No one knows how the shotput came to be a track event. It was probably the forerunner of the cannonball and the Greeks used it to smash fortifications.

For a time, it was also a two-handed sport till it resolved into the one-handed, 16-pound toss of today.

Parry O’Brien probably dragged it into the spotlight. Parry used to dramatize the event by coming into the 7-foot shotput circle like a walk-on by Marilyn Monroe, or a burlesque stripper, peeling off his layers of clothing and toweling as he approached, and he strode around growling, the shot looking like a grape in his massive paw. Before O’Brien, the putter just stood stock still in the circle summoning up strength till he felt ready and then just jetted the iron ball straight out from his shoulder with a ponderous grunt and sent it on a line 35 to 45 feet like a bullet pass.
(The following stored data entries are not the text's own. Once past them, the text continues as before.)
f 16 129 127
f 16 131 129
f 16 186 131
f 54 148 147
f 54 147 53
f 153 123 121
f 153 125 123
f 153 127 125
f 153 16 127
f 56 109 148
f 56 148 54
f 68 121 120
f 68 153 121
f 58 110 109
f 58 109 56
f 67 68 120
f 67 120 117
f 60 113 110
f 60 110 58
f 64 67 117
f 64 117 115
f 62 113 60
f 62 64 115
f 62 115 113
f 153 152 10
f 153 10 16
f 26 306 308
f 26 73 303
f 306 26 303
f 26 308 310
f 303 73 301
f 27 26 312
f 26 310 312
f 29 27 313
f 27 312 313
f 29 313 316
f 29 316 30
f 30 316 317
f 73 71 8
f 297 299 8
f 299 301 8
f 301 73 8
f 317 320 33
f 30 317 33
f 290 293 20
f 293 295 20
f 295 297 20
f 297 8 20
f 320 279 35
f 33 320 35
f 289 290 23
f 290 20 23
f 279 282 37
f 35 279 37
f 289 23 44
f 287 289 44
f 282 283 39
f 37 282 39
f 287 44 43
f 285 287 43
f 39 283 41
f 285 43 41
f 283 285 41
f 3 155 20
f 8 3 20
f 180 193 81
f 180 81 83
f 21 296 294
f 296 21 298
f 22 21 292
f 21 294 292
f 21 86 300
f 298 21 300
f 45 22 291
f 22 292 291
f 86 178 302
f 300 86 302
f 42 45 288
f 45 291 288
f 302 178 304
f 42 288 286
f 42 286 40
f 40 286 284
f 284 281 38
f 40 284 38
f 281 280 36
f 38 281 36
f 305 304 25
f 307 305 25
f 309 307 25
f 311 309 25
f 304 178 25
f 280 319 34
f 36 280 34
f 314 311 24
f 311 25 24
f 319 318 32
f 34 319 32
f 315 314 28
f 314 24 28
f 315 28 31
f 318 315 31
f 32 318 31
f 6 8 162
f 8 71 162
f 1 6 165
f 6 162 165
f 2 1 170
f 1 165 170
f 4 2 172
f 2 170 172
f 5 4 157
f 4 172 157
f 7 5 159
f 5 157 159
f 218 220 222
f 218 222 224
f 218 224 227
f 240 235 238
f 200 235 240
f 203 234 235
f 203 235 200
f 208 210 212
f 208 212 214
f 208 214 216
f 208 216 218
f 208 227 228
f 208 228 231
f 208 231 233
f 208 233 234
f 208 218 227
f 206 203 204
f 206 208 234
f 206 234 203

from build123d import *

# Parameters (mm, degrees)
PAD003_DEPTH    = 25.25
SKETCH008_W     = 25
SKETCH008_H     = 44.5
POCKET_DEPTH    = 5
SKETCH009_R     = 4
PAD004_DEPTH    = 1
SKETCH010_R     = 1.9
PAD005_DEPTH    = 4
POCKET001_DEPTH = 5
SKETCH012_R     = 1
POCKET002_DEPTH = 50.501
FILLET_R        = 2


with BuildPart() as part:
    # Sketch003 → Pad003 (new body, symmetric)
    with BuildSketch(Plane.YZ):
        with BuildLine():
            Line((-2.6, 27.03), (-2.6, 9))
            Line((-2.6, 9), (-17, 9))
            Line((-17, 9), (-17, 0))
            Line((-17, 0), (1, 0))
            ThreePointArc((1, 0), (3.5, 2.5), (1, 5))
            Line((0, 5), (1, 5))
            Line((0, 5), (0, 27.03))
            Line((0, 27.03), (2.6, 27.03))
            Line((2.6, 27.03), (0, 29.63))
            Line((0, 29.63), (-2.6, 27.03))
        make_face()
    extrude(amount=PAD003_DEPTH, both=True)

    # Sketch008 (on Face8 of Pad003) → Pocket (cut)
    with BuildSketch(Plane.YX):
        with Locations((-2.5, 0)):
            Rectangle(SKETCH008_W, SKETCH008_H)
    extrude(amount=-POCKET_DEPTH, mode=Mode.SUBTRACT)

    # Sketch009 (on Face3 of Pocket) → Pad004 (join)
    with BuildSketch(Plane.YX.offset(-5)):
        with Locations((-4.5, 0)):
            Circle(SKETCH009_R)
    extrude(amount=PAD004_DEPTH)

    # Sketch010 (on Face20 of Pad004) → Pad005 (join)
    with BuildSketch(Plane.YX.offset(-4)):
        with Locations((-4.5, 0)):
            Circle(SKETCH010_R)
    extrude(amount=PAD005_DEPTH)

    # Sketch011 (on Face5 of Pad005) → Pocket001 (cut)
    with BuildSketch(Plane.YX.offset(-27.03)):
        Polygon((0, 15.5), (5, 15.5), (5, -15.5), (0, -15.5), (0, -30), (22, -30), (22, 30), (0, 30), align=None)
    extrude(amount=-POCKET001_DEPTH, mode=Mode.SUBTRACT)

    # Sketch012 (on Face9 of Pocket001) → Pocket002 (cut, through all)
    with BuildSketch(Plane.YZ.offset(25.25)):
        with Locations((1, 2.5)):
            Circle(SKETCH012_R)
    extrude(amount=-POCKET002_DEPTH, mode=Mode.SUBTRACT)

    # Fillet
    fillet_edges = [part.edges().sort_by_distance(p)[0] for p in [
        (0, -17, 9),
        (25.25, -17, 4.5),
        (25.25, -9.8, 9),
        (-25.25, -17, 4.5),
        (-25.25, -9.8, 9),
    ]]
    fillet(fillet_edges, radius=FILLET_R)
O’Brien was the first to experiment with pivoting in the circle to bring centrifugal force into the equation and soon was winning two gold medals and one silver and becoming the first to go over 60 feet.

He dramatized the sport by denigrating rivals years before Muhammad Ali thought to put it in his act, and he once referred to a competitor, Bill Nieder, as “a cow pasture performer who does his best throwing before an audience of goats.” Nieder was so mad he beat O’Brien for the Olympic gold in 1960 but everyone noticed the stands were full in Rome that day.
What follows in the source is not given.